Als je PHP gebruikt, probeer dan es mijn favoriete java-app: zend developement studio. www.zend.com voor een evaluatieversie (en ja, is vrij duur om te kopen...)

----------

## yngwin

 *RealNitro wrote:*   

>  *toMeloos wrote:*   kde based: quanta
> 
> gnome based: bluefish 
> 
> Ik heb die hier allebei staan, en ik kan niet goed kiezen  . Welk programma is het beste? (ik gebruik ze om html, php en css te schrijven)
> ...

 

Ikzelf kies voor Quanta, maar ik gebruik ook KDE. Ik zou zeggen: probeer ze allebei eens een tijdje uit en kies degene die je het beste bevalt.

----------

## RealNitro

Ik heb nu al een tijdje Bluefish gebruikt, en ik merk toch dat Quanta beter is. Quanta kan de namen van je variabelen aanvullen e.d., Bluefish voegt alleen wat kleurtjes toe (en dan nog redelijk 'traag' :s ).

----------

## theBlackDragon

There's an nvu ebuild in bugzilla: https://bugs.gentoo.org/show_bug.cgi?id=40821

----------

## disturbed

bedankt ! quanta staat mij wel aan

grtz

----------

## crovax123

hoe moet ik een ebuild gebruiken

???

----------

## yngwin

 *crovax123 wrote:*   

> hoe moet ik een ebuild gebruiken
> 
> ???

 

http://www.gentoo.org/doc/nl/portage-user.xml

----------

## errorist

Hallo,

Ik heb NVU getest maar vind hem als zijnde wysiwyg niet veel beter dan de standaard

composer die bij Mozilla geleverd wordt. Voor het ontwikkelen van webapplicaties is tevens Quanta een zeer goed bruikbaar programma zoals al eerder opgemerkt in dit topic. 

Grtz Errorist.

----------

## Arjan

Je kunt ook mozilla composer gebruiken

> Start mozilla op (niet firefox)

en druk op CTRL+SHIFT+N

----------

## wimgriffioen

 *joppie wrote:*   

> Je kunt ook mozilla composer gebruiken
> 
> > Start mozilla op (niet firefox)
> 
> en druk op CTRL+SHIFT+N

 

Ik weet nog een leuke WYSIWYG editor. Amaya

----------

## BlackEdder

Bluefish is door een Nederlander gemaakt, dus dat moet je gebruiken natuurlijk  :Smile: 

----------

## RealNitro

 *BlackEdder wrote:*   

> Bluefish is door een Nederlander gemaakt, dus dat moet je gebruiken natuurlijk 

 

In een vorige post koos ik voor quanta, maar nu gebruik ik enkel Bluefish, vooral dan omdat ik met php-pagina's bezig ben, en geen grafische modus nodig heb (en het is o zo snel opgestart  :Smile:  ).

----------

## TheX

Take a look at Bluefish!!

----------

## eikketk

Vim?  :Laughing:  (is toch mijn favoriet zulle)

----------

## Arjan

Bluefish is idd heel handig, ik gebruik het altijd

als ik met PHP scripts bezig ben (soms ook nano)

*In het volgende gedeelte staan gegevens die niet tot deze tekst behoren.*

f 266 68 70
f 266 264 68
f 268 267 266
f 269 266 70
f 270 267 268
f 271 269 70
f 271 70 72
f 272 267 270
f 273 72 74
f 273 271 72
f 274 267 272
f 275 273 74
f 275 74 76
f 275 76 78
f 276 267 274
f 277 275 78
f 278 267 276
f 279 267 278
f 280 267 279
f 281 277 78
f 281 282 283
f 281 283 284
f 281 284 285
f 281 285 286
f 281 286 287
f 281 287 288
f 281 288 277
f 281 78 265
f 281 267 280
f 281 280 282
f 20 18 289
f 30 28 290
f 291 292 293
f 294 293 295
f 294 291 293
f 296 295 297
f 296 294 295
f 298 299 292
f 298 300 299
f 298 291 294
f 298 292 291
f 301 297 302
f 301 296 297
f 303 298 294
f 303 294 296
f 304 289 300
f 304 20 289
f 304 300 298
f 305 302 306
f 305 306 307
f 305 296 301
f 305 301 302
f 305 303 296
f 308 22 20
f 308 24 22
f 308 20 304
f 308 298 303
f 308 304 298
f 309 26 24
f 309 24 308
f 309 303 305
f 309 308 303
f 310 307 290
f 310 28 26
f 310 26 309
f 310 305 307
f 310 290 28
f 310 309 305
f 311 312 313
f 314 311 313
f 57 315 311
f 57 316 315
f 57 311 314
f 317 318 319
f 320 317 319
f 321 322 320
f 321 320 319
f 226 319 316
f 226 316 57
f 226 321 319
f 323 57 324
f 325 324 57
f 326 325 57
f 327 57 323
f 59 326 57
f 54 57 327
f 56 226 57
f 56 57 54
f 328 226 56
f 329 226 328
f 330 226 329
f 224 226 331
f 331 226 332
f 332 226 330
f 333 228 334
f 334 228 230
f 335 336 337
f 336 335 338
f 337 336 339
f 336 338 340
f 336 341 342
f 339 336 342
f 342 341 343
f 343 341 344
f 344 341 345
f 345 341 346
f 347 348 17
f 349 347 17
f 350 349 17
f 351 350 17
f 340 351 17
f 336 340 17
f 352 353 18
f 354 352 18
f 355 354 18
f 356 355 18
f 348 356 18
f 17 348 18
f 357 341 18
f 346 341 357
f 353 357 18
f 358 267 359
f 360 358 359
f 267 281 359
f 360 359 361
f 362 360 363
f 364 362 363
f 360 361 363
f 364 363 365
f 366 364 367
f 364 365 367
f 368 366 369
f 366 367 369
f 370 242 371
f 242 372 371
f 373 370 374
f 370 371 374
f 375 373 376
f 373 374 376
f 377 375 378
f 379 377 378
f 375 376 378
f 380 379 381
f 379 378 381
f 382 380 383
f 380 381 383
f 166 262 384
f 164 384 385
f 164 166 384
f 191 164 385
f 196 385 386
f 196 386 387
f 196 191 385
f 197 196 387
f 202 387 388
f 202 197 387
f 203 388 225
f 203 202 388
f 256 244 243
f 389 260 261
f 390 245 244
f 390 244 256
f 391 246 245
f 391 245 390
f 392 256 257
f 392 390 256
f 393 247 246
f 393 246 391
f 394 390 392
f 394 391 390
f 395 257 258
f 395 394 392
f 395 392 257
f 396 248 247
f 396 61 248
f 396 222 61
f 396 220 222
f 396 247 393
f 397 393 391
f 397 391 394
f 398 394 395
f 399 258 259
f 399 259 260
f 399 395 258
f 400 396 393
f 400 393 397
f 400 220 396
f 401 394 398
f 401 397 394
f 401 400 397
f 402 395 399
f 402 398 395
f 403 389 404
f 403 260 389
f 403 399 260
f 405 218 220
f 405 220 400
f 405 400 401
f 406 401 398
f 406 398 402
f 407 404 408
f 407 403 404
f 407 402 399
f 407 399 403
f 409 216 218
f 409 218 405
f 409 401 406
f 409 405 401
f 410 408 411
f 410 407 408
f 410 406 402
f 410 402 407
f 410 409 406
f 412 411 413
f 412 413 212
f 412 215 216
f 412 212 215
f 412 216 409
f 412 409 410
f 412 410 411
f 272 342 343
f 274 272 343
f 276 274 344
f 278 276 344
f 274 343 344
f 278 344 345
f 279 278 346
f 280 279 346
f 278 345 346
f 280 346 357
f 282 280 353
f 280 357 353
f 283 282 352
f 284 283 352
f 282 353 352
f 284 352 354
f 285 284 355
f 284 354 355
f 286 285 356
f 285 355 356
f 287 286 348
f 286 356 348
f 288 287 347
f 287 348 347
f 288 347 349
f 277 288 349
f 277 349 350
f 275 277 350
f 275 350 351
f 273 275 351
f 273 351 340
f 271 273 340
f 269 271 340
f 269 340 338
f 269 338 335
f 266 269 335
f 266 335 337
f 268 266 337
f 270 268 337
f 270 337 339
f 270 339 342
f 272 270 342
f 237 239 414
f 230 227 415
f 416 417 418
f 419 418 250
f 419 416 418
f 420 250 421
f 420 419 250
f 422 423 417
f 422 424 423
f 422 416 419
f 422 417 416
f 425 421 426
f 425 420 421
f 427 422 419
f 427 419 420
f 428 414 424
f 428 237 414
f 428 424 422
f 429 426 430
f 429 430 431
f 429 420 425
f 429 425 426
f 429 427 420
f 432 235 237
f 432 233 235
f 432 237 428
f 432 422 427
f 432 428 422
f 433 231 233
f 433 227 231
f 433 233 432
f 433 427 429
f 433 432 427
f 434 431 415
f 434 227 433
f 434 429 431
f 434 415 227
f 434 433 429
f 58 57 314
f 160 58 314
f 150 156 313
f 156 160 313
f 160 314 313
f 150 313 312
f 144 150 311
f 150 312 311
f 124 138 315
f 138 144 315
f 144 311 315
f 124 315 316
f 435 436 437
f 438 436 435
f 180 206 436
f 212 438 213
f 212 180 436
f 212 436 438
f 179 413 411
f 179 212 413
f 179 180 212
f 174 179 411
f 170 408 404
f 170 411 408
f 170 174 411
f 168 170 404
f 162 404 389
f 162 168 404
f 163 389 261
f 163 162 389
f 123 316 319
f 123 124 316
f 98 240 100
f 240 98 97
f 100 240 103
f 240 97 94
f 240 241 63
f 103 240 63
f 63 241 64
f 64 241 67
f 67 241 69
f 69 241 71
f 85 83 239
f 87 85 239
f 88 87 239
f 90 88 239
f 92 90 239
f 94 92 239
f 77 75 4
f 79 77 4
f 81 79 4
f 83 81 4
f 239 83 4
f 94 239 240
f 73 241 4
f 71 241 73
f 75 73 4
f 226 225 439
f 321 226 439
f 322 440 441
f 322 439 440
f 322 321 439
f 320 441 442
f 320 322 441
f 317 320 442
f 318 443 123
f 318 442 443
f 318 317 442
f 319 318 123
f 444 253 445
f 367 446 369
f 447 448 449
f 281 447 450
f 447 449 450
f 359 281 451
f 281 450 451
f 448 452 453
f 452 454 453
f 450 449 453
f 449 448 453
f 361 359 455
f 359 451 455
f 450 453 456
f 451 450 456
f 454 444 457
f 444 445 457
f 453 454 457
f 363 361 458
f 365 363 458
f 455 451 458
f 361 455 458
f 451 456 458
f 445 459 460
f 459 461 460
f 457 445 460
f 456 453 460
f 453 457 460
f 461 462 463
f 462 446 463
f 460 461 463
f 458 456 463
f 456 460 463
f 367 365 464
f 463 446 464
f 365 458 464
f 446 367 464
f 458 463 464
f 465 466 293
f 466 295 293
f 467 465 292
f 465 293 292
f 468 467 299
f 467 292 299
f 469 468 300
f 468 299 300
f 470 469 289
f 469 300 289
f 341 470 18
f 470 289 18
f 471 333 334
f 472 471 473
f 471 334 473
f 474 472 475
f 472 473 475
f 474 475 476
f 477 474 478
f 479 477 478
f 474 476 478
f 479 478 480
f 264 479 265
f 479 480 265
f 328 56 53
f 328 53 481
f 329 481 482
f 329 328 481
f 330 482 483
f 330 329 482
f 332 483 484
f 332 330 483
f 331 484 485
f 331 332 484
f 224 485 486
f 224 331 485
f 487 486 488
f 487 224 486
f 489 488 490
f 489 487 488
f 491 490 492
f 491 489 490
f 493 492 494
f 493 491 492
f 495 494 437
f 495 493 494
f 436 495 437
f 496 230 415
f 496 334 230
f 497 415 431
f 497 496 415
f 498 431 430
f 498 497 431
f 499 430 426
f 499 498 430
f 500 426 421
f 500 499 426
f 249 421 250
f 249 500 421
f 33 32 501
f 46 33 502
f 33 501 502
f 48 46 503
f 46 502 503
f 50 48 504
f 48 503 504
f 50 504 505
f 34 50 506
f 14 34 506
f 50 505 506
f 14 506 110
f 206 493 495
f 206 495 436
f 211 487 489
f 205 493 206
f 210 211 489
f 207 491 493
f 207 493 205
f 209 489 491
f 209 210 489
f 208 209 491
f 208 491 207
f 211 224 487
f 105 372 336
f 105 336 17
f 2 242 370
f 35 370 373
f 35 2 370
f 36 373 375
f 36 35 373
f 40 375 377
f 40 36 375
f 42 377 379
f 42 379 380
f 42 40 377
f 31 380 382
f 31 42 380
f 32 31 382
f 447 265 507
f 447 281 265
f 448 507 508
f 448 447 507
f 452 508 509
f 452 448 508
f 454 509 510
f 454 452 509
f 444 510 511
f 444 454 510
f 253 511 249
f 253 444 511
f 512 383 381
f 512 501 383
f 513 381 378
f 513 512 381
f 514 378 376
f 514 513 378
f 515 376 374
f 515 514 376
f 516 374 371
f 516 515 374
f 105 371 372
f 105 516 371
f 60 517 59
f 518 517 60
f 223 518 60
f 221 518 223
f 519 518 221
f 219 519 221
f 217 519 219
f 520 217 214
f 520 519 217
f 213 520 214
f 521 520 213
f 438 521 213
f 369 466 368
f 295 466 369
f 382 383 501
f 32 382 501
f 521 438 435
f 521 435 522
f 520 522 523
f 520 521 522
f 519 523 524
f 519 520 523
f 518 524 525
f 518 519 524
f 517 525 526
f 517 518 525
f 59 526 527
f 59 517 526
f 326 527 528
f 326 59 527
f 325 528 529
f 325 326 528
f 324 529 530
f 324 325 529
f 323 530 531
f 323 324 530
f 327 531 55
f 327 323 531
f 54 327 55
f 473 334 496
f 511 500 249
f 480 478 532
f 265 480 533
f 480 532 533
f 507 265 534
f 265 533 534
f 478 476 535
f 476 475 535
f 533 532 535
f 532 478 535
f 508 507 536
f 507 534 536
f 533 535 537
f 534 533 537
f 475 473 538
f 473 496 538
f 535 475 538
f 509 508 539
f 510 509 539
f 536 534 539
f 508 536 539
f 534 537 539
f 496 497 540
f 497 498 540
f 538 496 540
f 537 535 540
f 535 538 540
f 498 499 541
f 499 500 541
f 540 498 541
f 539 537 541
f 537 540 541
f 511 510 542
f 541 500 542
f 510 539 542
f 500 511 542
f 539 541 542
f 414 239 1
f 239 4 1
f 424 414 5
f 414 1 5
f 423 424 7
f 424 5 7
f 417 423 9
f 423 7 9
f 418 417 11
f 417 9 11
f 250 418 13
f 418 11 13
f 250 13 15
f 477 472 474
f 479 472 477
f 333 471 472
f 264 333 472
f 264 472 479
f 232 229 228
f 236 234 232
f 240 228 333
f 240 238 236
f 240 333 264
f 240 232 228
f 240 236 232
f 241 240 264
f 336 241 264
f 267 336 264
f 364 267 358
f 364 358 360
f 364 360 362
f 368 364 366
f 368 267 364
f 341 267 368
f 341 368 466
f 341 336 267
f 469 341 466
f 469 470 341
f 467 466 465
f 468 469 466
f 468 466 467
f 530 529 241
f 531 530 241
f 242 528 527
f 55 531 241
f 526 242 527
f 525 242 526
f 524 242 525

alleen tis niet echt een WYSIWYG editor dus voor 

mensen die alleen wat HTML willen, kan ik me

voorstellen dat die liever zien wat ze maken.

----------

## eniac

Is geen wysiwyg maar wel veel krachtiger dan alle wysiwygs samen, vim !

----------

## yngwin

 *wimgriffioen wrote:*   

> Ik weet nog een leuke WYSIWYG editor. Amaya

 

Amaya leuk???   :Shocked: 

't Is gewoon crap! Zelfs een eenvoudige CSS layout wordt er kompleet in vernaggeld. Tenzij er iets heel erg verbeterd is de laatste tijd...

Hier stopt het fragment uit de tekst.